I like to begin my ‘Ralph Tells a Story’ lesson by asking students the question, “Where do you find your Writing ideas?” Then, we write this on chart paper. As we read the story we pause to gather more ideas and add to our chart. I end the lesson by demonstrating that ideas can be found anywhere by writing a quick story as a group using something that has happened during our day. For example, “The Sweltering Classroom”, or “Mrs. Poetker’s Lost Keys”.

Then we are ready to write our own stories!  I already blogged about how we do narrative writing in third grade, check it out here!

Lesson Two: Writing With Juicy Details

Mole’s Sunrise by Jeanne Willis

This is a super descriptive story about two animals who embark on a journey to see the sunrise. One friend (Vole) describes the sunrise to the other (Mole) using vivid imagery. At the end of the book, we discover that Mole is blind, but because of his friend’s descriptions, he feels like he has seen a sunrise too.

With this book, I teach a lesson on using juicy details in writing. When I teach the lesson, I give students picture books (including this one) and strips of paper. They have to pick their favorite descriptive sentences for inspiration and write them down. We collect all these sentences on a flip chart. Then, I challenge my students to write their own descriptive sentences. And, as I’m sure you know, prompts are awesome ways to get students thinking about an idea. Try the prompt “My Imaginary Place” or “My Favorite Season”. You’ll be surprised at what your students come up with!

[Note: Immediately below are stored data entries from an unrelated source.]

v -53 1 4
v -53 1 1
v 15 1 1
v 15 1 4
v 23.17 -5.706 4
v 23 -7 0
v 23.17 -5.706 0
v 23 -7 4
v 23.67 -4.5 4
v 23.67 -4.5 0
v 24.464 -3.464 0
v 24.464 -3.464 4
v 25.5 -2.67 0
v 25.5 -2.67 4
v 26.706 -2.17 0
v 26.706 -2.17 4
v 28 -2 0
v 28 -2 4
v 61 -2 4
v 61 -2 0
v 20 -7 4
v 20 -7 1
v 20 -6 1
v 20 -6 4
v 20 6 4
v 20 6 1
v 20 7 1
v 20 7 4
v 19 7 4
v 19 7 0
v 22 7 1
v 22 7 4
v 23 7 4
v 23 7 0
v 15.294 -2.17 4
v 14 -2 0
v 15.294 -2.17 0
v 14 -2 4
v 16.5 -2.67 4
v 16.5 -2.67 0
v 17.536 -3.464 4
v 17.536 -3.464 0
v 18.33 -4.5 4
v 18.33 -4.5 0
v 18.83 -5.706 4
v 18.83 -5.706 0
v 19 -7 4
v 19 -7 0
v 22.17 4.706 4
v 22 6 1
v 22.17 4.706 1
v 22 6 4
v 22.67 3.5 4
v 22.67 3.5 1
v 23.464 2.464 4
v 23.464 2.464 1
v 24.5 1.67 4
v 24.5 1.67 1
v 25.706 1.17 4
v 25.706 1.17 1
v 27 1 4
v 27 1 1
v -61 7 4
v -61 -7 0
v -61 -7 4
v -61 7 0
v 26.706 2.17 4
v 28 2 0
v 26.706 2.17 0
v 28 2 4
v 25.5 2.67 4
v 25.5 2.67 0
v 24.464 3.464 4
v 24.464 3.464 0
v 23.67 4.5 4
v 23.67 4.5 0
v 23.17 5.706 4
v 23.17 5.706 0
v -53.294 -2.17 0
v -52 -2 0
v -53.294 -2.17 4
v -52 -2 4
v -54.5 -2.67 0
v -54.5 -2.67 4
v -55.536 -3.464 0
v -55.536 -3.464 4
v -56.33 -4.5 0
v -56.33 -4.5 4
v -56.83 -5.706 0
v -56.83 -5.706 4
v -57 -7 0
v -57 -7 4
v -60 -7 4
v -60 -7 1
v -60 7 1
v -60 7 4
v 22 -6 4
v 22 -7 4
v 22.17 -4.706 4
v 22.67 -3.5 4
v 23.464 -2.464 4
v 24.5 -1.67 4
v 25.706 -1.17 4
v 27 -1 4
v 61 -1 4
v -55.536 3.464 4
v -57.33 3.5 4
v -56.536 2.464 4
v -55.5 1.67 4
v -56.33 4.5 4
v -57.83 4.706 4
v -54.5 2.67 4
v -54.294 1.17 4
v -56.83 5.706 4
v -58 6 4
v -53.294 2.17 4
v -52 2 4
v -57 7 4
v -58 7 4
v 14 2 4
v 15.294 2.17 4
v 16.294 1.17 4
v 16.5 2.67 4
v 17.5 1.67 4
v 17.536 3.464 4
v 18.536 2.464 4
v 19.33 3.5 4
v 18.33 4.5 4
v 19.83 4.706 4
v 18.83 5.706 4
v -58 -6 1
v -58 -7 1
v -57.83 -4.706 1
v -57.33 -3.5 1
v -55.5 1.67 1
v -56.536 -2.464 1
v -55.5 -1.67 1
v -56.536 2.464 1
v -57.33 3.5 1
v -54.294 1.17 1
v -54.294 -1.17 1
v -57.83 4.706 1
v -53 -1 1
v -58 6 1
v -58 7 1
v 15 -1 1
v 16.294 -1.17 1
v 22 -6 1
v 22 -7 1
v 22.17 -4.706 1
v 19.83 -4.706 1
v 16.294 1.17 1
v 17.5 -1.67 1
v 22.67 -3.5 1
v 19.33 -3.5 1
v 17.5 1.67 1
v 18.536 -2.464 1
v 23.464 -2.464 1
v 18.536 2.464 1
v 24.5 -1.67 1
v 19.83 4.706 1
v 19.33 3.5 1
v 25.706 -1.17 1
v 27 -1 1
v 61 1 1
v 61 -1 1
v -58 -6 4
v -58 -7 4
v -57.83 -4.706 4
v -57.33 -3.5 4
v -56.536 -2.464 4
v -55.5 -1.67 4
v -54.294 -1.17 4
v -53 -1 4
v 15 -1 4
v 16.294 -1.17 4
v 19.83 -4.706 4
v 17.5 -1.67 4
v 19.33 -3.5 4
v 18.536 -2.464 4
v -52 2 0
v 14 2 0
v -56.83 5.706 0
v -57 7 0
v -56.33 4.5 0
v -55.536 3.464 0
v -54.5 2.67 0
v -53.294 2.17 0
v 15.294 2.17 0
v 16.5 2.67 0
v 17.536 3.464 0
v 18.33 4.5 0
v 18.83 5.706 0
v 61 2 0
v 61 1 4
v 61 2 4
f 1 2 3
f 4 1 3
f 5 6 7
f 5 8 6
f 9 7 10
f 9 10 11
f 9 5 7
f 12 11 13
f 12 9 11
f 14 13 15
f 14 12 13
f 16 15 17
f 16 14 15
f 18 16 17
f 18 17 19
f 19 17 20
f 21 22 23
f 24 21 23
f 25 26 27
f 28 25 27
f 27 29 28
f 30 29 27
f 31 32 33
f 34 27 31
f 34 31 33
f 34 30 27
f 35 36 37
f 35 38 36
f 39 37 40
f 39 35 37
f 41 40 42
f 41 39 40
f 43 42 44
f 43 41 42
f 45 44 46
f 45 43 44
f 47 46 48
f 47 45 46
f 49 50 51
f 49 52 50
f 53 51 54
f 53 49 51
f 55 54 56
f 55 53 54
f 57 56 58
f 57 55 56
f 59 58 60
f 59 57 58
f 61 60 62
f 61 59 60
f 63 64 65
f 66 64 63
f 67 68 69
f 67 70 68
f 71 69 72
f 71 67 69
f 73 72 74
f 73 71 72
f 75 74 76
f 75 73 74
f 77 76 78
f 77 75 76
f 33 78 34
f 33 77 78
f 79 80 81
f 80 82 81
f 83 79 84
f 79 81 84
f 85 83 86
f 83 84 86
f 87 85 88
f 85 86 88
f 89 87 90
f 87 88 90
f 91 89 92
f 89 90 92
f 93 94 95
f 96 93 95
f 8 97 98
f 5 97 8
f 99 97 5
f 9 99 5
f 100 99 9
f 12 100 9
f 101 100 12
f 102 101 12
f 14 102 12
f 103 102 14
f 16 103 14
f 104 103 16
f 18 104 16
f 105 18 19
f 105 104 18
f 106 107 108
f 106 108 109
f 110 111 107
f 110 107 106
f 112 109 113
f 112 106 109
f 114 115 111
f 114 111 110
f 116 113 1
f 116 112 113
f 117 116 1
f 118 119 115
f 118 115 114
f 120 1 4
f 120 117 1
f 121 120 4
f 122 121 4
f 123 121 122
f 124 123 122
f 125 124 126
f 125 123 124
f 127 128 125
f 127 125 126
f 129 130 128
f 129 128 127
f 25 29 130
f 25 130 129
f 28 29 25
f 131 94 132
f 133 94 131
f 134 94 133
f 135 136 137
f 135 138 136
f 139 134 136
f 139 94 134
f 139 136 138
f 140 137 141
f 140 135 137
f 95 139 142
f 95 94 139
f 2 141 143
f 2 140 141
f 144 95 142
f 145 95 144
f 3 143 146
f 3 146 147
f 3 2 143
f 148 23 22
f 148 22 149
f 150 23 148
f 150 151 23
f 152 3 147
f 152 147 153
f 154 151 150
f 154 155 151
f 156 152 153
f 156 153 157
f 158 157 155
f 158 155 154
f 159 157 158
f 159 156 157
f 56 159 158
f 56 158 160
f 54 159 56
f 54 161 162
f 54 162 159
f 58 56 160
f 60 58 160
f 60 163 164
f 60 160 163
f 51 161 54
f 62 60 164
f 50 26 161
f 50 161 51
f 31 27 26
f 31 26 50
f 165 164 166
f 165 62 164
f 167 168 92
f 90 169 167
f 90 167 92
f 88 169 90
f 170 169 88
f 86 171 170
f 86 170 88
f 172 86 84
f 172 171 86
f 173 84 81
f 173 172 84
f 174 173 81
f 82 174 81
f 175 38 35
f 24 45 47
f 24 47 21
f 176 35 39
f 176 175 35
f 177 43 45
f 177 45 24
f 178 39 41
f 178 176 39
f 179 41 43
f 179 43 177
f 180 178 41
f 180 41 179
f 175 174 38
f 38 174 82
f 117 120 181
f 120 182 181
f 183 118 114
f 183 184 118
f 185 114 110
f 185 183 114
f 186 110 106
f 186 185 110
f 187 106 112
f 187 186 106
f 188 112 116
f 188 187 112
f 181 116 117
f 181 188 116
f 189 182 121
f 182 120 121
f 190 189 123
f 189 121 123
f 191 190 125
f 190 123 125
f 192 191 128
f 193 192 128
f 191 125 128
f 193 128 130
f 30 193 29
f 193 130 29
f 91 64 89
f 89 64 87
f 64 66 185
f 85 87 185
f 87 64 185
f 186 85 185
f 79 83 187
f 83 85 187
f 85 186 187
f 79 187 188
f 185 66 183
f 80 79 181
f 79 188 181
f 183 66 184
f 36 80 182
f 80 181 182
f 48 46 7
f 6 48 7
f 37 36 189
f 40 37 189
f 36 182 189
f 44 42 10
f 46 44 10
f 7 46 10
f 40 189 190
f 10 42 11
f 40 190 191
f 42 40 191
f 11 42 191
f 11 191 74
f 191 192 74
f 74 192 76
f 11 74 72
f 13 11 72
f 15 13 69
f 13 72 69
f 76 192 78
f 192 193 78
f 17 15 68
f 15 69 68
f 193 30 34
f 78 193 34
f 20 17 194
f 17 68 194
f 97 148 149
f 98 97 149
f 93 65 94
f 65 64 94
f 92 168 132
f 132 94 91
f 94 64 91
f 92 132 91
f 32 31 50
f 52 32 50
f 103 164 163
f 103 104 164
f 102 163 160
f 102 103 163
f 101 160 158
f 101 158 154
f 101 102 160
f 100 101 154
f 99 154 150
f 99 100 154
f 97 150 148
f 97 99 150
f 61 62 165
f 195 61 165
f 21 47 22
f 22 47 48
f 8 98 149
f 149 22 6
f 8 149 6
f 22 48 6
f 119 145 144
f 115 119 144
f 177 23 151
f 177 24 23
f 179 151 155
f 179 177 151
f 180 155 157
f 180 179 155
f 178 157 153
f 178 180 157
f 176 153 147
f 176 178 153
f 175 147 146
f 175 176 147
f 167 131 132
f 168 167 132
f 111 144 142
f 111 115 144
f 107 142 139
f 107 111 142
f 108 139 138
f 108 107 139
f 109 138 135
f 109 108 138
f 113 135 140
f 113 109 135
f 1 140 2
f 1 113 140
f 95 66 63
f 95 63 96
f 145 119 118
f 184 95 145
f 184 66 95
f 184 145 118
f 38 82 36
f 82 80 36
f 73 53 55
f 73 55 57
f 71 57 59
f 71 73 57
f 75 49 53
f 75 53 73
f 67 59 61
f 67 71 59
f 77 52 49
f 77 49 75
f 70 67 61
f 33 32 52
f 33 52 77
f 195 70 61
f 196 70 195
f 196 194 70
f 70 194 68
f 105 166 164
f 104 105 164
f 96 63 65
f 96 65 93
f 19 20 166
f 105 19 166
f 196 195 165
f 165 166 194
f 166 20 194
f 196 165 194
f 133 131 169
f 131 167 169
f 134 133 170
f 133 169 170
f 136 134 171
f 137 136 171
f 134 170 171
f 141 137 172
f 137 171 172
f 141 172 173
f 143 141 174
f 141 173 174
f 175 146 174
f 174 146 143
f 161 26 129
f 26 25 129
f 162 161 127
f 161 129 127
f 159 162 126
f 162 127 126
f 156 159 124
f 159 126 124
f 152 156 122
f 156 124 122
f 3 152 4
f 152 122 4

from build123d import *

# Parameters (mm, degrees)
F0_W     = 4
F0_H     = 5
F0_W_2   = 76
F0_H_2   = 2
F1_DEPTH = 1
F2_W     = 1
F2_H     = 14
F2_W_2   = 6
F2_H_2   = 1
F2_W_3   = 5
F2_W_4   = 33
F2_W_5   = 65
F3_DEPTH = 3
F4_R     = 4.99999
F5_R     = 4.99999


# Not quite as in the source:
# - a fillet or chamfer is up to 0.001 mm smaller than in the source, because OpenCascade refuses the exact size


with BuildPart() as f1:
    # F0 (on Top) → F1 (new body)
    with BuildSketch(Plane.XY):
        with Locations((-59, 4.5)):
            Rectangle(F0_W, F0_H)
        with Locations((-19, -1)):
            Rectangle(F0_W_2, F0_H_2)
        with Locations((-19, 1)):
            Rectangle(F0_W_2, F0_H_2)
        with Locations((-59, -1)):
            Rectangle(F0_W, F0_H_2)
        with Locations((-59, 1)):
            Rectangle(F0_W, F0_H_2)
        with Locations((-59, -4.5)):
            Rectangle(F0_W, F0_H)
        Polygon((61, 2), (23, 2), (23, 0), (23, -2), (61, -2), align=None)
        with Locations((21, 1)):
            Rectangle(F0_W, F0_H_2)
        with Locations((21, -1)):
            Rectangle(F0_W, F0_H_2)
        with Locations((21, 4.5)):
            Rectangle(F0_W, F0_H)
        with Locations((21, -4.5)):
            Rectangle(F0_W, F0_H)
    extrude(amount=F1_DEPTH)

    # F2 (on face) → F3 (join)
    with BuildSketch(Plane.XY.offset(1)):
        with Locations((-60.5, 0)):
            Rectangle(F2_W, F2_H)
        Polygon((-57, 7), (-58, 7), (-58, 1), (-57, 1), (-57, 2), align=None)
        with Locations((-54, 1.5)):
            Rectangle(F2_W_2, F2_H_2)
        with Locations((-54, -1.5)):
            Rectangle(F2_W_2, F2_H_2)
        Polygon((-58, -1), (-58, -7), (-57, -7), (-57, -2), (-57, -1), align=None)
        Polygon((19, -1), (19, -2), (19, -7), (20, -7), (20, -1), align=None)
        Polygon((19, 7), (19, 2), (19, 1), (20, 1), (20, 7), align=None)
        with Locations((16.5, 1.5)):
            Rectangle(F2_W_3, F2_H_2)
        with Locations((16.5, -1.5)):
            Rectangle(F2_W_3, F2_H_2)
        with Locations((25.5, -1.5)):
            Rectangle(F2_W_3, F2_H_2)
        with Locations((25.5, 1.5)):
            Rectangle(F2_W_3, F2_H_2)
        Polygon((23, 7), (22, 7), (22, 1), (23, 1), (23, 2), align=None)
        Polygon((22, -1), (22, -7), (23, -7), (23, -2), (23, -1), align=None)
        with Locations((44.5, -1.5)):
            Rectangle(F2_W_4, F2_H_2)
        with Locations((-18.5, 1.5)):
            Rectangle(F2_W_5, F2_H_2)
        with Locations((-18.5, -1.5)):
            Rectangle(F2_W_5, F2_H_2)
        with Locations((44.5, 1.5)):
            Rectangle(F2_W_4, F2_H_2)
    extrude(amount=F3_DEPTH)

    # F4 (radius 5 in the source; OpenCascade refuses exactly that, so slightly less here)
    f4_edges = [f1.edges().sort_by_distance(p)[0] for p in [
        (23, -2, 2),
        (20, -1, 2.5),
        (20, 1, 2.5),
        (22, 1, 2.5),
        (19, -2, 2),
        (22, -1, 2.5),
        (19, 2, 2),
        (23, 2, 2),
    ]]
    fillet(f4_edges, radius=F4_R)

    # F5 (radius 5 in the source; OpenCascade refuses exactly that, so slightly less here)
    f5_edges = [f1.edges().sort_by_distance(p)[0] for p in [
        (-57, -2, 2),
        (-58, 1, 2.5),
        (-57, 2, 2),
        (-58, -1, 2.5),
    ]]
    fillet(f5_edges, radius=F5_R)


solid = f1.part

Later, this leads into a great sharing activity, where students share their sentences and give feedback to each other.

Lesson Three: Writing a Letter

Dear Teacher by Amy Husband

Letter writing is an art form that seems to be lost, but I think it’s still so important for students to learn how to write a proper letter. Dear Teacher naturally leads into a fun-filled lesson on how to write a letter.

This book is a collection of imaginative letters written by a student, named Michael, who does not want to go back to school. Michael comes up with the most elaborate and hilarious excuses, which he writes in letter form to his teacher.

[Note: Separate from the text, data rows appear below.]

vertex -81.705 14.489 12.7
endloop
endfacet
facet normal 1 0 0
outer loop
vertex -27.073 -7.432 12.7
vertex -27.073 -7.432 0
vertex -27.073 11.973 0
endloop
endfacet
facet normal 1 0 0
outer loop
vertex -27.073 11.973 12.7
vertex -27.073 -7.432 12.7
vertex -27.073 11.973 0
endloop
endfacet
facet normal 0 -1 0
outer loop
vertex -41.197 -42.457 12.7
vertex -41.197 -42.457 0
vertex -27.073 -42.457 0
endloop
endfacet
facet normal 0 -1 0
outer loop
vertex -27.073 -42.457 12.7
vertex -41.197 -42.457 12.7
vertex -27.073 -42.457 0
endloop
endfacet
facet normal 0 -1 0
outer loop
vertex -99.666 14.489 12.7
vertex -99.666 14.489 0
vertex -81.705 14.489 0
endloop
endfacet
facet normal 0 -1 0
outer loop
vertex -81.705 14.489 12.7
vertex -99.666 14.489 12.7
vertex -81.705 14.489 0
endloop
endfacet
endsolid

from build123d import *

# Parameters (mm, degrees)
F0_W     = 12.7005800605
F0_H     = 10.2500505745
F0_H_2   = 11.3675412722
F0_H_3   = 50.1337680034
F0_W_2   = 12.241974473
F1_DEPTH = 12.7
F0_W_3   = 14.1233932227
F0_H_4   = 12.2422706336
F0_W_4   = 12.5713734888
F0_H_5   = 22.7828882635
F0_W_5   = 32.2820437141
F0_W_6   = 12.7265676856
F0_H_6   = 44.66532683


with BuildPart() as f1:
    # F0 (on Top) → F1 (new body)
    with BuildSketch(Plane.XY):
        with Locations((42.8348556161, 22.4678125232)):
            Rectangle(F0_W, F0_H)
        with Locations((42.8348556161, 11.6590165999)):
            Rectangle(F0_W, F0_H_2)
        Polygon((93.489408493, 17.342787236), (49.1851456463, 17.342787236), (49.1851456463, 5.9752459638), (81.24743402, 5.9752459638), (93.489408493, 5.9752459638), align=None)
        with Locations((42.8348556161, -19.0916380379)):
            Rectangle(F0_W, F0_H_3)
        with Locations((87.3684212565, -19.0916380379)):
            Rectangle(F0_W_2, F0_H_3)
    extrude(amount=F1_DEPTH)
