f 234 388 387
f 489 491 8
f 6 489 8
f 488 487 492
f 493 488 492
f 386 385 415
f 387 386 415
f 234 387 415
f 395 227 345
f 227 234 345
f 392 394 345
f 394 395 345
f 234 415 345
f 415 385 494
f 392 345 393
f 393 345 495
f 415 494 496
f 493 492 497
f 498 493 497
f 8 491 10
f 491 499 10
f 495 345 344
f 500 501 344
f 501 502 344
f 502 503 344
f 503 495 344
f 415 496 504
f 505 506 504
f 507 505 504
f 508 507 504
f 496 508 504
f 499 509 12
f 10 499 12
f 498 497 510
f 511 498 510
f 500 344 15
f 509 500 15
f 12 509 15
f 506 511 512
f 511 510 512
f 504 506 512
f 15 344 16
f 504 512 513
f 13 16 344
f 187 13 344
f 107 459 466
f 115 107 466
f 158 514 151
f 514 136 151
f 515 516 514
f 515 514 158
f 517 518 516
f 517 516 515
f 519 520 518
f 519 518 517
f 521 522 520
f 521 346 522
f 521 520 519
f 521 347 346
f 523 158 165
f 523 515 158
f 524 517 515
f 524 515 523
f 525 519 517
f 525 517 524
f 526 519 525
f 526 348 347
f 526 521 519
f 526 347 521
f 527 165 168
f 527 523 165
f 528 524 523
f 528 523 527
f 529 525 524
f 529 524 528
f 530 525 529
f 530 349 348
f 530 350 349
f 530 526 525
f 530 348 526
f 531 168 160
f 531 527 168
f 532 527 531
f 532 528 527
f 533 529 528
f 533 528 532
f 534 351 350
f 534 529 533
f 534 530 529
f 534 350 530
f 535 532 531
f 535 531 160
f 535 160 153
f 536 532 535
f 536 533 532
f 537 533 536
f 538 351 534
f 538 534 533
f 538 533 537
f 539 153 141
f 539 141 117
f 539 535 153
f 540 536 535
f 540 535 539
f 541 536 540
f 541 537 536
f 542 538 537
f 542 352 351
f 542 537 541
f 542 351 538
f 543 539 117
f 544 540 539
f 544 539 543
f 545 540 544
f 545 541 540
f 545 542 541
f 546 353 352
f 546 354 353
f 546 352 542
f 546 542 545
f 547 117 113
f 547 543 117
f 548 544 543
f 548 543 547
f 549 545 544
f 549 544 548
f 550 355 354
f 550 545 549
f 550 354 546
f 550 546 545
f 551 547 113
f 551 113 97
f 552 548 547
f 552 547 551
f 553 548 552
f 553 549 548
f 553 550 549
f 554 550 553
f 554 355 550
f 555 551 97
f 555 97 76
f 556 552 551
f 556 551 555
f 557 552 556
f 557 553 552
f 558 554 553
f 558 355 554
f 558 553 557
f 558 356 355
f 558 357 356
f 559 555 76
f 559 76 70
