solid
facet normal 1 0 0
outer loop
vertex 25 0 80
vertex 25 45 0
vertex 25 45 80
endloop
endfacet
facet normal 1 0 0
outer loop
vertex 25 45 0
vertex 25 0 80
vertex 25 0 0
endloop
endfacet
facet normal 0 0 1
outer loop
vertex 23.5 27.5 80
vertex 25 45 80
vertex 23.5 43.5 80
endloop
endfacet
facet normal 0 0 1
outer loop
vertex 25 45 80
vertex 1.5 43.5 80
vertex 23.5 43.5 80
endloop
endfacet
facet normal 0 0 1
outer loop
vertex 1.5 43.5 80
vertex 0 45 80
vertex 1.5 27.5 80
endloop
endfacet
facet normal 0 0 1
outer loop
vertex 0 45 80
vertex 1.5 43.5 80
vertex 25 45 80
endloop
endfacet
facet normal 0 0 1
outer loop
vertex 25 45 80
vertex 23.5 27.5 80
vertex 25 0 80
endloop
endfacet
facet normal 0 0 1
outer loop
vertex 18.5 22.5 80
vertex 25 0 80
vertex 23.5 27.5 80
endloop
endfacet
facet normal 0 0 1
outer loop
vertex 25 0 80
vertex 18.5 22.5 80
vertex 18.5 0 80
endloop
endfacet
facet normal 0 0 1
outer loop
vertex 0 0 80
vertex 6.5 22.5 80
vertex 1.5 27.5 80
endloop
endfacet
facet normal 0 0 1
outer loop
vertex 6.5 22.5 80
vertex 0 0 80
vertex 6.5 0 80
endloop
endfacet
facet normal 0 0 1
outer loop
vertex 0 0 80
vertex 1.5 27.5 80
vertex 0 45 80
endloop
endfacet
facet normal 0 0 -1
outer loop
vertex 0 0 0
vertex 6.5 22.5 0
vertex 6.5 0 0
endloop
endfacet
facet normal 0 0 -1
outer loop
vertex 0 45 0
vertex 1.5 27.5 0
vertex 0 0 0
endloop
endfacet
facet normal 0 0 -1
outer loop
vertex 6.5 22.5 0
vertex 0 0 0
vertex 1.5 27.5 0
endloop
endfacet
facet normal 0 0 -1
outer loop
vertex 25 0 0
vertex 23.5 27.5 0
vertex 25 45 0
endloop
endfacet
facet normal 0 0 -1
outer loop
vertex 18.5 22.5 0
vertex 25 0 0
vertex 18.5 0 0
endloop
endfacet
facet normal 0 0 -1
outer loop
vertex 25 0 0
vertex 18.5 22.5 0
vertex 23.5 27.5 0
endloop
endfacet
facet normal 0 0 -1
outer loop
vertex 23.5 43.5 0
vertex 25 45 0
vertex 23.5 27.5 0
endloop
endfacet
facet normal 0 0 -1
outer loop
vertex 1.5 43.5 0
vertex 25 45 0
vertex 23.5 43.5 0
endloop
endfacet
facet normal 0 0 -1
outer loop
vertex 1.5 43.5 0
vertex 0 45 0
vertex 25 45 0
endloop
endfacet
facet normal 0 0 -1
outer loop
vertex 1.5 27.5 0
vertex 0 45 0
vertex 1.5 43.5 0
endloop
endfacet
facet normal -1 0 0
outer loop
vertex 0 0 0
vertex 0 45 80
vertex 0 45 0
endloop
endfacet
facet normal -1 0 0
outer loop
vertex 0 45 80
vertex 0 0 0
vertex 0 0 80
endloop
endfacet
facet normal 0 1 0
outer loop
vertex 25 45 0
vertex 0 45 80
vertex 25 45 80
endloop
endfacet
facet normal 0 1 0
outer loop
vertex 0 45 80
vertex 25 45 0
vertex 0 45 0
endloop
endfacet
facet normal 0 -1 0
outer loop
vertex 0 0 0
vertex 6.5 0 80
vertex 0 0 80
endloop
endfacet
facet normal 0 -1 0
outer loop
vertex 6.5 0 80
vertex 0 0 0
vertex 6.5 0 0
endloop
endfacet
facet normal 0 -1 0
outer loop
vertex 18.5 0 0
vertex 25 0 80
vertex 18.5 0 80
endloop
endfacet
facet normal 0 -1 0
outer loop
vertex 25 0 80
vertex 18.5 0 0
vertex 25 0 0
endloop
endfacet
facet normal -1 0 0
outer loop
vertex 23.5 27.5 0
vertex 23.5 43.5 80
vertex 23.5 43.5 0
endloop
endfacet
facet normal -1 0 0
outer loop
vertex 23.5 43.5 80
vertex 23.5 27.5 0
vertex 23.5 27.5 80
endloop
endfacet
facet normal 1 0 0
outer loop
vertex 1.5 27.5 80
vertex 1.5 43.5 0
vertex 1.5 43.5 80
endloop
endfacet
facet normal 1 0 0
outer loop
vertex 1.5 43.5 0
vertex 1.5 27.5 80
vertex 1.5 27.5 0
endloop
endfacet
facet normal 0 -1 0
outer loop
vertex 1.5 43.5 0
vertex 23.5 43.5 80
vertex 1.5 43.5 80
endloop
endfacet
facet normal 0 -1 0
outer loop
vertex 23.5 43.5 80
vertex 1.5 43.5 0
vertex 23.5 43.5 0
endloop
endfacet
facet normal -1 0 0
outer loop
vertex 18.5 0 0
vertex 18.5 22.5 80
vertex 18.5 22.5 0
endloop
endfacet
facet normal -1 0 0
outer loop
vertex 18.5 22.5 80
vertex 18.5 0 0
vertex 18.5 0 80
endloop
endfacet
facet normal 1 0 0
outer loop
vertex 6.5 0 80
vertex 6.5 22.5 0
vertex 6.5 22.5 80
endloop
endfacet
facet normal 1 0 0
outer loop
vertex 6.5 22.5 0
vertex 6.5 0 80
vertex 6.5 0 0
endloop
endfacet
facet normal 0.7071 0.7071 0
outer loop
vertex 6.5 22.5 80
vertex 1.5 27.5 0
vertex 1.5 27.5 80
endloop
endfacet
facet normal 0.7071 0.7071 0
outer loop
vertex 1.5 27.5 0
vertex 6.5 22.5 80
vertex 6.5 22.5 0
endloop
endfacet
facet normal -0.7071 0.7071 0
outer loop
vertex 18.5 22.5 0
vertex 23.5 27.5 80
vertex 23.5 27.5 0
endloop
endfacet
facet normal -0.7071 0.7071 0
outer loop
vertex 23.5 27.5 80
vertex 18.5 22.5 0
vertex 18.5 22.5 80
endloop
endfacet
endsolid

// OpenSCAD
// Antiskliinnsats

test = false;
tolerance = .5;

spade_blade_width = 20;
spade_tray_gap = 1;
spade_slot_width = spade_blade_width+spade_tray_gap-tolerance;
spade_blade_length = 14;
spade_shaft_width = 10;
spade_slot_depth = 42;
spade_slot_x = 25;

wedge_blade_cut = 5;
wedge_short_length = spade_slot_depth-spade_blade_length-tolerance;
wedge_long_length = spade_slot_depth-spade_blade_length-wedge_blade_cut-tolerance;
wedge_width = (spade_slot_width-spade_shaft_width-tolerance)/2;

wall_thickness = 1.5;
bugfix = $preview ? .1 : 0;

wedge = [
    [0,0],
    [wedge_long_length, 0],
    [wedge_short_length, wedge_width],
    [0,wedge_width]
];

module room(ext_size, wall_thickness=wall_thickness, door_width=0, threshold_height=0) {
    int_size = ext_size - [wall_thickness*2-bugfix,wall_thickness*2-bugfix,-bugfix];
    difference() {
        cube(ext_size);
        translate([wall_thickness,wall_thickness]) {
            cube(int_size);
        }
        if (door_width > 0) {
            translate([ext_size[0]/2-door_width/2, -bugfix, threshold_height]) {
                cube([door_width,wall_thickness+bugfix*2,ext_size[2]-threshold_height+bugfix]);
            }
        }
    }
}

module spade_wedge(top_tolerance=tolerance, test=test) {
    wedge_height = 80-top_tolerance;
    _wedge_height = test ? 10 : wedge_height;

    linear_extrude(_wedge_height) {
        polygon(wedge);
    }
}

module spade_slot_with_wedges() {
    room([spade_slot_x, 45, 80], door_width=spade_shaft_width+spade_tray_gap*2);
    // Left wedge
    translate([wedge_width+wall_thickness,0,0]) {
        rotate([0,0,90]) {
            spade_wedge(top_tolerance=0);
        }
    }
    // Right wedge
    translate([-wedge_width+spade_slot_x-wall_thickness,0,0]) {
        rotate([0,0,90]) {
            mirror([0,1,0]) 
            spade_wedge(top_tolerance=0);
        }
    }
}

//spade_wedge();
spade_slot_with_wedges();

After reading this story, my students write a letter to me in the same style as Michael. They must explain why they cannot return to school for the remainder of the year. This also serves as an awesome first day of school activity. Lots of giggles and smiles will happen during this lesson.

Lesson Four: Fractured Fairytales

The Three Little Pigs and the Somewhat Bad Wolf by Mark Teague

I love a good fairy tale! Who doesn’t? And my all time favorite fairytale is “The Three Little Pigs”. My students are also obsessed with the story of the Three Little Pigs. This book, as you might be able to tell from the title, is a twist on the classic story. It’s also a book for kicking off lessons on fractured fairy tales.

After reading the original version of the Three Little Pigs, my students and I will read this version together. Then we compare the two stories and discuss what makes The Three Little Pigs and the Somewhat Bad Wolf special. Through discussion, they will discover that a fractured fairytale takes the original story and changes an element or two. We then brainstorm how we could change other stories.

Later, I have them write their own fractured fairy tales. They love the challenge!

Lesson Five: Writing Stories With a ‘Hook’

Click, Clack, Moo: Cows that Type by Doreen Cronin

Doreen Cronin certainly has a way with words. I love her stories! She uses repetition, not only to make her stories hilarious but also give them character. In this story, the cows are airing their grievances with Farmer Brown by writing him letters on a typewriter. The key repetitive phrase is “Click, Clack, Moo!”

Click, Clack, Moo is great for teaching students the concept of story writing with repetitive phrases. These are the phrases that the reader can latch onto when reading. Try brainstorming some of your own phrases that would sound silly when repeated and try writing a group story using them as the ‘hook’!

As you can see, I have a lot of fun teaching my students how to write. I enjoy reading the things they come up with. And I love seeing how they develop as writers. Do you have a subject that you’re super passionate about teaching? Share what it is in the comments below!

Rachel - PoetPrints.ca
Anxiety at School

Four Strategies to Help Students Cope

I want my students to understand the importance of keeping their whole bodies healthy. That makes sense, right? Healthy eating, getting enough sleep (PLEASE!), exercise…. But what often gets forgotten is mental health. To help students cope with anxiety at school it is important for them to understand what they are feeling, why they are feeling it, and how to deal with it. Teaching about this can start at any age, and here are some practical ideas strategies.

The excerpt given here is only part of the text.